> [Action item]: Go to the line below containing "f 737 245 740" and print exactly from there through the line containing "f 752 79 715", both included. Print nothing else.

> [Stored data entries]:
::::::

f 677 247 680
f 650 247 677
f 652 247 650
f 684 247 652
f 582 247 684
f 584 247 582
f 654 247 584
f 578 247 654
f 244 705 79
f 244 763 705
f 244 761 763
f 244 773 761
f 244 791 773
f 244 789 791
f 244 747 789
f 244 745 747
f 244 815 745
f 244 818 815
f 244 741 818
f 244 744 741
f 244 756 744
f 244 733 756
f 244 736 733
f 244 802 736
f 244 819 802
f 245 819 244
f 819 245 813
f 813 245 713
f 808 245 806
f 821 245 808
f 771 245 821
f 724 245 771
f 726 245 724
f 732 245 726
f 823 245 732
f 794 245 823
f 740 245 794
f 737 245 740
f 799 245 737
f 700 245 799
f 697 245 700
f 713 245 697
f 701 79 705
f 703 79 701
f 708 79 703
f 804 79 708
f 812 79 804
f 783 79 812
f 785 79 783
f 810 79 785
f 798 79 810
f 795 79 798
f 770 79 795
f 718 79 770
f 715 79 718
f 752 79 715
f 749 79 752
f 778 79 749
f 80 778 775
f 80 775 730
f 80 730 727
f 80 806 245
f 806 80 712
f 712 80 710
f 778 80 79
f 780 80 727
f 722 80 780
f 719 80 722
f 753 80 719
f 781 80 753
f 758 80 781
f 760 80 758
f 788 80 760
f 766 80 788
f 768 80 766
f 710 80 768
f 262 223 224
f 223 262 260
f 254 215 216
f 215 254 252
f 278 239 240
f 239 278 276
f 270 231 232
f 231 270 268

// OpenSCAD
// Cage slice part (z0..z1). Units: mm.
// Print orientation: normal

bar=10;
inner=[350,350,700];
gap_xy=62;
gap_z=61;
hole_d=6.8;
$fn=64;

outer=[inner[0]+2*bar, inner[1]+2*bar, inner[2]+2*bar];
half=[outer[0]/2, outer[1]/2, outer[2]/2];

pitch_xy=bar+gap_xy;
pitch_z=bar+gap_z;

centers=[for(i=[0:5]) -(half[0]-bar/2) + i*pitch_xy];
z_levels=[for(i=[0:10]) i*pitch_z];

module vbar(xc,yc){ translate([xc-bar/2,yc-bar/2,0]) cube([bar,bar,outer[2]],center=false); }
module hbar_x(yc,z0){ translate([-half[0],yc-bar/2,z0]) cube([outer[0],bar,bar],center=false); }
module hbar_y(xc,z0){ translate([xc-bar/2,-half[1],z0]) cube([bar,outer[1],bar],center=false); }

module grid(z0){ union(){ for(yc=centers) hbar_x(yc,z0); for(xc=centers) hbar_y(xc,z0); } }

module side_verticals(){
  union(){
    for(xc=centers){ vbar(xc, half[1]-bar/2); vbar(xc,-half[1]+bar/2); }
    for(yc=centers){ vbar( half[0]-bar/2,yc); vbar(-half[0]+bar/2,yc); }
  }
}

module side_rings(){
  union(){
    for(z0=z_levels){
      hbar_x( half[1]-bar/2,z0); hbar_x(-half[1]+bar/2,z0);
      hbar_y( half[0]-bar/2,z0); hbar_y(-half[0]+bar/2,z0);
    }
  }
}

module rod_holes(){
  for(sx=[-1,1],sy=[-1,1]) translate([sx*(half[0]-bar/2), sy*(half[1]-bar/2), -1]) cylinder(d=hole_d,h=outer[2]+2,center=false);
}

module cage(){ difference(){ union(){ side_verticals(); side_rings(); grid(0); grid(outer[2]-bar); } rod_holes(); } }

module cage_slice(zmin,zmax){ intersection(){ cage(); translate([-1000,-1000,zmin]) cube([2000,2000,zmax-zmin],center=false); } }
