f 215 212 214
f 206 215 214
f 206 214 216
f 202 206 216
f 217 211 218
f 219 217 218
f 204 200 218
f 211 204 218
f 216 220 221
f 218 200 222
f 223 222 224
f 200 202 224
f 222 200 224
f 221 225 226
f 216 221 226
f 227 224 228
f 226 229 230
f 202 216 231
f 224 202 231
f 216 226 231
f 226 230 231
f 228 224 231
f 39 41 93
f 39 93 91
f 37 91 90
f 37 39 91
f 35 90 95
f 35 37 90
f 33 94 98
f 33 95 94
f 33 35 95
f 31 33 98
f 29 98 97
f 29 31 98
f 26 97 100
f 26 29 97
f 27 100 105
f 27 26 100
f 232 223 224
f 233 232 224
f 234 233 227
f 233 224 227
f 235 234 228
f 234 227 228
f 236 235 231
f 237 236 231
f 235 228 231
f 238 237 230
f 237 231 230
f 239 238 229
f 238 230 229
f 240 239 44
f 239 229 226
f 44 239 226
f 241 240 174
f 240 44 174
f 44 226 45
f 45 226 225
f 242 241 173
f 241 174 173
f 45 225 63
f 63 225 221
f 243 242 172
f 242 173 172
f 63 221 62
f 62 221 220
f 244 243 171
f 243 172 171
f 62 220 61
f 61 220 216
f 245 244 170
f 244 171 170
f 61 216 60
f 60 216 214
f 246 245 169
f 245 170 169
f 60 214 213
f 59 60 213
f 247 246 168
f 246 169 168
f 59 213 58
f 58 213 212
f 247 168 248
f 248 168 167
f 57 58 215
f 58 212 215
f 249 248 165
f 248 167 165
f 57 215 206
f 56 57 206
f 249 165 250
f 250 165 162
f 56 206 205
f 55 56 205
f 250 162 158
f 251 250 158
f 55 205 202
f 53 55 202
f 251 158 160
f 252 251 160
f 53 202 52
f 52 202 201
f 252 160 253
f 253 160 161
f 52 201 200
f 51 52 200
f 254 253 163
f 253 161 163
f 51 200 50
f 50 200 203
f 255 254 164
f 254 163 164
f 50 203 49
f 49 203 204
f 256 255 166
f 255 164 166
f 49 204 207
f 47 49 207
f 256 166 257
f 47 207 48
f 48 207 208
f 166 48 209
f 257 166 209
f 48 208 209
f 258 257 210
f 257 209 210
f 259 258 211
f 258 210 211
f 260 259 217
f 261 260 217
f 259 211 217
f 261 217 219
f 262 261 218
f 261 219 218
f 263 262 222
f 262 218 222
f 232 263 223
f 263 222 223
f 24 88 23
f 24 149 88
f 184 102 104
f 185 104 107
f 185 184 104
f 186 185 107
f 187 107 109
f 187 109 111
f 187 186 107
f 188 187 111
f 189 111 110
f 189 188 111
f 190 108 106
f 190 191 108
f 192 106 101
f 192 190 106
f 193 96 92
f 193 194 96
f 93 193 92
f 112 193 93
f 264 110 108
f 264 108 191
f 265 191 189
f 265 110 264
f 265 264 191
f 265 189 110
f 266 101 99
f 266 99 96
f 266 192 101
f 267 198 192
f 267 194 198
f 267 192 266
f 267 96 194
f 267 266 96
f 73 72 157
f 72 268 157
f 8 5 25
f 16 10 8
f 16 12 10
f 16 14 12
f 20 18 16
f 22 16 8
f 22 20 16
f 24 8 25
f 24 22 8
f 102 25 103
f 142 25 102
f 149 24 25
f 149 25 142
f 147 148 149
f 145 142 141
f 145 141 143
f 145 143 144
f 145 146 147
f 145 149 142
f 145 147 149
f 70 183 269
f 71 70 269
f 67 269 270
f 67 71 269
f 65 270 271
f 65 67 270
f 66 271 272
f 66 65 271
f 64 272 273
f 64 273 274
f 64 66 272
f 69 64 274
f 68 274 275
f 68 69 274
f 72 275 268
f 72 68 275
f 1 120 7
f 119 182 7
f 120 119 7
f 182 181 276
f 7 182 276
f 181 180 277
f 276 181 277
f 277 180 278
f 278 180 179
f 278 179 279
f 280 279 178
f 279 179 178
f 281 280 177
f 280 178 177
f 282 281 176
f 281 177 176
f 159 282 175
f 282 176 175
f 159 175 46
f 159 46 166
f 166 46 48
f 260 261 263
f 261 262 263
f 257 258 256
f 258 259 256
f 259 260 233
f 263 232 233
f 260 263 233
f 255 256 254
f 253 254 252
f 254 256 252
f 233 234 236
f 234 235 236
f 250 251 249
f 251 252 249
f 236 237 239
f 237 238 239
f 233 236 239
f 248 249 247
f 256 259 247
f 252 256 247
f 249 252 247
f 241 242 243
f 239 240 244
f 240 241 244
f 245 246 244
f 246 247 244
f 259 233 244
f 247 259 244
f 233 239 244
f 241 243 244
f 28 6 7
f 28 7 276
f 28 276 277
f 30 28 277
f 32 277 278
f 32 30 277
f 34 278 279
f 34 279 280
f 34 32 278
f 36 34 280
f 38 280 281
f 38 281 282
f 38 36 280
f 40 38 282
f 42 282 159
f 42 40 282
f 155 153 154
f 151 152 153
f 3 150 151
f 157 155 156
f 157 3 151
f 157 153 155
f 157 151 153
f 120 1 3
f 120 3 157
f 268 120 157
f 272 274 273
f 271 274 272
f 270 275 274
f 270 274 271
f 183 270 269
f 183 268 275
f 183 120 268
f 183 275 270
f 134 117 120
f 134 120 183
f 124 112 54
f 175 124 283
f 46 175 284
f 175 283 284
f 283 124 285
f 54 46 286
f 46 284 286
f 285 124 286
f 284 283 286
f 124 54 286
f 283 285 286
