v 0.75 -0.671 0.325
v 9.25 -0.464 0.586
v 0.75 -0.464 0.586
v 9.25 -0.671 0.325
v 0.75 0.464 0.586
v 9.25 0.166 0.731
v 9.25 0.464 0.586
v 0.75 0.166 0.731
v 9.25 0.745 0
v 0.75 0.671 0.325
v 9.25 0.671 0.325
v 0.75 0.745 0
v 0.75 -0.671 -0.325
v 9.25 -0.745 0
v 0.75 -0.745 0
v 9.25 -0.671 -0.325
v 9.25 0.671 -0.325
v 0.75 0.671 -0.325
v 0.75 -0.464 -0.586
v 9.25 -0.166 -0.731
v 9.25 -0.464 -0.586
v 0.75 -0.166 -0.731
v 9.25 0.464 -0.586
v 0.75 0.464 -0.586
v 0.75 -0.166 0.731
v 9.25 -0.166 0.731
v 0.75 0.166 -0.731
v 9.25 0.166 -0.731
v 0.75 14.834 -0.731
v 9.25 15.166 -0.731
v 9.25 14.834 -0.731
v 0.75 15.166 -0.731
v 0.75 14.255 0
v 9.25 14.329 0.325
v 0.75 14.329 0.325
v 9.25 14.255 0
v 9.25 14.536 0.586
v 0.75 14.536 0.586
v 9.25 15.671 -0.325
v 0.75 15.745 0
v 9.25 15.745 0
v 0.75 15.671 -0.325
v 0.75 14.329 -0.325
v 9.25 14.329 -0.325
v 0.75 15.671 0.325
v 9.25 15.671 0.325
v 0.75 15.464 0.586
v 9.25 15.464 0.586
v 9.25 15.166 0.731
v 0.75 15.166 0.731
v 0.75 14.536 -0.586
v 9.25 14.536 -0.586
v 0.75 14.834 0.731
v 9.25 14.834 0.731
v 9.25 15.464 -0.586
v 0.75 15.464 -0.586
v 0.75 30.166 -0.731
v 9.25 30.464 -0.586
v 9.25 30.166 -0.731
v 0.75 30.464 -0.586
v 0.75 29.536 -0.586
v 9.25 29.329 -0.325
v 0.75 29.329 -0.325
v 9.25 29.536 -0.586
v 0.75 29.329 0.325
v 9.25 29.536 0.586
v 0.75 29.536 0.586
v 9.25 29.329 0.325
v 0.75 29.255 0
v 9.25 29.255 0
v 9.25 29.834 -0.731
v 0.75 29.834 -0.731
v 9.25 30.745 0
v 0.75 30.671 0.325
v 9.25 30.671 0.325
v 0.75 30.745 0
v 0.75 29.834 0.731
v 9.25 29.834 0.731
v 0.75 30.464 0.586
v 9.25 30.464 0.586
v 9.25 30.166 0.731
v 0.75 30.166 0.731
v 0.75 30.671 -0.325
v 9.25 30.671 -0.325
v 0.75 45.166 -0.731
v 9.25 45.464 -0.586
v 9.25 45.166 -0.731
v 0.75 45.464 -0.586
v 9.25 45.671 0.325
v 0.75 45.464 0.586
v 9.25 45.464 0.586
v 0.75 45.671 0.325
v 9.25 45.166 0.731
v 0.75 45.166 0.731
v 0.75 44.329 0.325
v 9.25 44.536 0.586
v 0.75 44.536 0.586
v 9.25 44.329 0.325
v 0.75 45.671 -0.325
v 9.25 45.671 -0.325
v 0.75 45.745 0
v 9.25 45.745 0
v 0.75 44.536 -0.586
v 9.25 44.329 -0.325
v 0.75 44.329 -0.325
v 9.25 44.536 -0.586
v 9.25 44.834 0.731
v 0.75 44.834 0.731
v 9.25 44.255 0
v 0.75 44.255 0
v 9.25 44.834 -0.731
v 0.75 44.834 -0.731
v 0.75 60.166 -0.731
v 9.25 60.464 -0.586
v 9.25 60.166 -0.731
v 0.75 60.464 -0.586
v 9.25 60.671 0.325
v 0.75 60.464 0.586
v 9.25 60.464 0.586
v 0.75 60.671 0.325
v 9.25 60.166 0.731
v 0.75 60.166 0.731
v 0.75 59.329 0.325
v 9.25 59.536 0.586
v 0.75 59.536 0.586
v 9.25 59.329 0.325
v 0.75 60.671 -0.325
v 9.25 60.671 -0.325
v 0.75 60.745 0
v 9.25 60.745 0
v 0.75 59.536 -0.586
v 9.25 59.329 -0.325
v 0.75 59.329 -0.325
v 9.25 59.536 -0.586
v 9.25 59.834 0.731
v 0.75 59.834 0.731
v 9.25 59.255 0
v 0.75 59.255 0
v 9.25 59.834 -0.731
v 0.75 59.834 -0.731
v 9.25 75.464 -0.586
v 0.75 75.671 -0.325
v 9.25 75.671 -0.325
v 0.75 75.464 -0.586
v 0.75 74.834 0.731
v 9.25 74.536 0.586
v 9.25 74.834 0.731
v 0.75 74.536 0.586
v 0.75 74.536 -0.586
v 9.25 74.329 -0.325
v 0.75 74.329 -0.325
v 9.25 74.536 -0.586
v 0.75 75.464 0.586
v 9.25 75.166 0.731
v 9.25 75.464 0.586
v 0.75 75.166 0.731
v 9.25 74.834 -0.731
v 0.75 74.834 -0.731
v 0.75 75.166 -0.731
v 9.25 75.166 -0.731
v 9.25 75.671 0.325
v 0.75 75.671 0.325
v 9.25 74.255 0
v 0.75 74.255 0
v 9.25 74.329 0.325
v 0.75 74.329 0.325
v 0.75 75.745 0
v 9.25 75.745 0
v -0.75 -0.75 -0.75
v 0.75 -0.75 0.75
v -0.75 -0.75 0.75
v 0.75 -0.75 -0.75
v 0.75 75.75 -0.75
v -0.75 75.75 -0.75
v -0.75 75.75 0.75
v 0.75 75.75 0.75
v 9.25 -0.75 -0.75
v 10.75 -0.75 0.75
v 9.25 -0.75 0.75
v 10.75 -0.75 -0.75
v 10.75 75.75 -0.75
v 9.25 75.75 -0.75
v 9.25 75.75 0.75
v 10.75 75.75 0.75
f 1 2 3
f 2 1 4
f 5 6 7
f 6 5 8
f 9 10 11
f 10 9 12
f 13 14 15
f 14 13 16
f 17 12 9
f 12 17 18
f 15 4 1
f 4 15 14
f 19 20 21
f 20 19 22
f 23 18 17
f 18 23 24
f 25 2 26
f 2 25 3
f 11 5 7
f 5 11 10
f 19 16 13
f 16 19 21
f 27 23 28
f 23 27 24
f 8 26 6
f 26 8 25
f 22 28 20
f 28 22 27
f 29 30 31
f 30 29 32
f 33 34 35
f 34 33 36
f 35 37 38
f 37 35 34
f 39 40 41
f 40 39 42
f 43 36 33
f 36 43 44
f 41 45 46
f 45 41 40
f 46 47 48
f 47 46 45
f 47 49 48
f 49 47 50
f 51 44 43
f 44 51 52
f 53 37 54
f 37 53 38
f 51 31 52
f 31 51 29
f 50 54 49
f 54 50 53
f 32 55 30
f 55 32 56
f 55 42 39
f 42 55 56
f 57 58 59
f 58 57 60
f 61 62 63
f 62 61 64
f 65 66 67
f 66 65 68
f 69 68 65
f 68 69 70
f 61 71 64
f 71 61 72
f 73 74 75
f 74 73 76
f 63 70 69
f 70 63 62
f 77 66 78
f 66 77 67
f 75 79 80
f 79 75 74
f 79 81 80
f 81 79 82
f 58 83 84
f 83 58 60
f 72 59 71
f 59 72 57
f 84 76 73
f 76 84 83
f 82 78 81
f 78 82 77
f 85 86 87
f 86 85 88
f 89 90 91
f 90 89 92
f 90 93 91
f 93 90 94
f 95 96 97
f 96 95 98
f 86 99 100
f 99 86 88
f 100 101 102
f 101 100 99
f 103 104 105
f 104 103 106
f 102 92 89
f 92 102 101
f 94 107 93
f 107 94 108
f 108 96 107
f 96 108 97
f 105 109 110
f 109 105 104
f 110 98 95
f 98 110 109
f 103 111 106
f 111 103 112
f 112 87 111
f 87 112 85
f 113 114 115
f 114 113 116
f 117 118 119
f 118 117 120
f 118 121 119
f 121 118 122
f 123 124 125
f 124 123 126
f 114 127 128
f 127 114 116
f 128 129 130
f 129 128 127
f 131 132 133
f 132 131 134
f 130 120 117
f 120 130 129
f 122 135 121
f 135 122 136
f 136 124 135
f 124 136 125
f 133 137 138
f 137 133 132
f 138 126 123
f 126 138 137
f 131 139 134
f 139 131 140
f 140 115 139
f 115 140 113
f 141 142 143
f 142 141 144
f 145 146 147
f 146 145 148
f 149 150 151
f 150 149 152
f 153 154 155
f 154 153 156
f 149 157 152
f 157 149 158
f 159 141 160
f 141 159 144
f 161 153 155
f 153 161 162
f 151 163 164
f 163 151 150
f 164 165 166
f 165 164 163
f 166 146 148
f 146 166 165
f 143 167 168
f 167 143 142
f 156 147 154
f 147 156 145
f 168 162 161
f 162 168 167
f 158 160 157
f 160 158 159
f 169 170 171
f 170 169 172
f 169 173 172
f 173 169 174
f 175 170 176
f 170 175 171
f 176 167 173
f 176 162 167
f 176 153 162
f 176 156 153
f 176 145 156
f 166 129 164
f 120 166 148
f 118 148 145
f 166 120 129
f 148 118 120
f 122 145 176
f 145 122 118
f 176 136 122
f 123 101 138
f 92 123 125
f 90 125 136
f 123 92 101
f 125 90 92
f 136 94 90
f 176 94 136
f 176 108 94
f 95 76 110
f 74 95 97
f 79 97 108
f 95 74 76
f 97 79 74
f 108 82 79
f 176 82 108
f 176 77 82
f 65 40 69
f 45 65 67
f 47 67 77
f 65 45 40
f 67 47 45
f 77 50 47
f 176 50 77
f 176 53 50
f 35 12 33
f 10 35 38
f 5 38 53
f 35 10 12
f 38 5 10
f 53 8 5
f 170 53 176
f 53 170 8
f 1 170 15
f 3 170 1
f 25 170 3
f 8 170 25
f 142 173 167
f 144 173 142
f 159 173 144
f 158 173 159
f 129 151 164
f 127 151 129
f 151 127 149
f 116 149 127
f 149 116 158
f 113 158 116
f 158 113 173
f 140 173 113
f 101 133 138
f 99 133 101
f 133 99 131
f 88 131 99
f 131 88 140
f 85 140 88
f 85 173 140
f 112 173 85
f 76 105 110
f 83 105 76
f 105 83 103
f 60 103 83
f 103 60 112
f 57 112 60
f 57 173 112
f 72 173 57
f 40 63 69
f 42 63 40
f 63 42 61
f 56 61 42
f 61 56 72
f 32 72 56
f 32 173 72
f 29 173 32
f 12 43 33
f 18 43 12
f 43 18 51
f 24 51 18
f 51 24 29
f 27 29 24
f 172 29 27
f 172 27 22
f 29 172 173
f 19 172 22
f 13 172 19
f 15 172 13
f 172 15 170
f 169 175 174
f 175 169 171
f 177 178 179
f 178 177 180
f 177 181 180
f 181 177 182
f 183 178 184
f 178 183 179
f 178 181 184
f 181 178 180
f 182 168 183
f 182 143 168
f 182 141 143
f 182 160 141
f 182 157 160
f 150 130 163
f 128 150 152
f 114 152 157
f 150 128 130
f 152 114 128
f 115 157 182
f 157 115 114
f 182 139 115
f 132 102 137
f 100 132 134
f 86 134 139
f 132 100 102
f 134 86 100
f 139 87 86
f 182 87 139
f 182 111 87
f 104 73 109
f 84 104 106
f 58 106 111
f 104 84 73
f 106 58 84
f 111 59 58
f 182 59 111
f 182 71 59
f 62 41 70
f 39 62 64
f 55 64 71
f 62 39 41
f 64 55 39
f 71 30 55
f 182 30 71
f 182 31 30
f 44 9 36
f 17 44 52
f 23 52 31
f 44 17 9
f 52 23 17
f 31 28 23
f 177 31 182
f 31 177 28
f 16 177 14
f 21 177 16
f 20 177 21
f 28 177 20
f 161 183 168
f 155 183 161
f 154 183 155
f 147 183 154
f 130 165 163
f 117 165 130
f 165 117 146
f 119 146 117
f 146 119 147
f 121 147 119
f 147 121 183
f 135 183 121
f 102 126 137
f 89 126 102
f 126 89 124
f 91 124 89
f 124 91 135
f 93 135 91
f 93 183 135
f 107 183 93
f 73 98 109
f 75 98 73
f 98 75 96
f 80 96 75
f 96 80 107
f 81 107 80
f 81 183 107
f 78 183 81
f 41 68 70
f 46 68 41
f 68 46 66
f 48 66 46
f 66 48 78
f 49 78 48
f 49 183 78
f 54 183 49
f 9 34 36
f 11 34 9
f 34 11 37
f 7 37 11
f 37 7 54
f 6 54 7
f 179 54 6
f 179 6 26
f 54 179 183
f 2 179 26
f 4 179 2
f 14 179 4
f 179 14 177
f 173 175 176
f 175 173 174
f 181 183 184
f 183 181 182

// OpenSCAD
// file: turtle.scad
use <affine.scad>

ident = a_S();
function mreduce(x) = let(lx=len(x))

    (lx>1 ? a_Xa(x[0], mreduce([for(i=[1:lx-1]) x[i]])  )
         : x[0]
    );
    
function mcume(in,out=[],next=ident) = let(li=len(in),lo=len(out))
    li == 0 ? out 
            :          
               mcume( 
                     li-1>0 ? [for(i=[1:li-1]) in[i]] : [],
                     lo>0 ? concat(out,[a_Xa(out[lo-1],next)]) : [in[0]],
                     in[1] 
                   );

function setPath(spec) =
   mcume([for(i=spec) mreduce(i)]);
        
module turtlePath(path,mod=[1,1],cycle=false,rawpath=[])
{  
  usePath = rawpath ? rawpath : setPath(path); 
  if(mod)
  {
    for(i=[0:len(usePath)-1])
    {
      if(i%mod[0]==0)
      { hull()
        {
          apply(usePath[i]){children();}
          if(len(mod)>1)
          {
            for(j=[1:len(mod)-1])
            {
              if(i+mod[j]<len(usePath))
              {
                apply(usePath[i+mod[j]]){children();} 
              }
              else
              { 
                if(cycle)
                {        
                 apply(usePath[(i+mod[j])%len(usePath)]){children();}
                }   
  } } } } } } }
  else
  {
    for(i=usePath) apply(i){children();}   
  }    
}  


///Generate affine turtle moves
///These should have more intuitive names

function turnRight(deg) = a_Rv(deg,[0,0,1]);
function turnLeft(deg) = a_Rv(deg,[0,0,-1]);
function turnUp(deg) = a_Rv(deg,[-1,0,0]);
function turnDown(deg) = a_Rv(deg,[1,0,0]);                     
function go(distance) = a_S(off=[0,distance,0]);
function goTo(vec) = a_S(off=vec);
function rollRight(deg) = a_Rv(deg,[0,-1,0]); 
function rollLeft(deg) = a_Rv(deg,[0,1,0]);
function reSize(vecA) = a_S(vec =(vecA[0]==undef ? [vecA,vecA,vecA] : vecA));  
function lookAt(vec) = a_Xa(
                             turnRight(atan(vec[0]/vec[1])),
                             ((len(vec)==3) ? 
                             turnUp(90-atan(norm([vec[0],vec[1]])/vec[2])) 
                             : ident
                             )
                           );                          
function lookGo(vec) = a_Xa(lookAt(vec),go(norm(vec)));



   
                     
         
// main file
use <turtle.scad>     
$fn=13;
function ladderPath(xdim,ydim,steps=1) =  ///steps should be one or greater..
    concat(
           [[go(0)],[goTo([xdim,0,0])]],
           [for(i=[0:steps-1]) for(j=[0:1]) [j ? goTo([xdim,0,0]) : goTo([-xdim,ydim,0])]]
          );
ladder = ladderPath(10,15,5);         
turtlePath(ladder,mod=[2,1]){sphere(.75);}
turtlePath(ladder,mod=[1,2]){cube(1.5,center=true);}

::::::

> [Reply]:
f 737 245 740
f 799 245 737
f 700 245 799
f 697 245 700
f 713 245 697
f 701 79 705
f 703 79 701
f 708 79 703
f 804 79 708
f 812 79 804
f 783 79 812
f 785 79 783
f 810 79 785
f 798 79 810
f 795 79 798
f 770 79 795
f 718 79 770
f 715 79 718
f 752 79 715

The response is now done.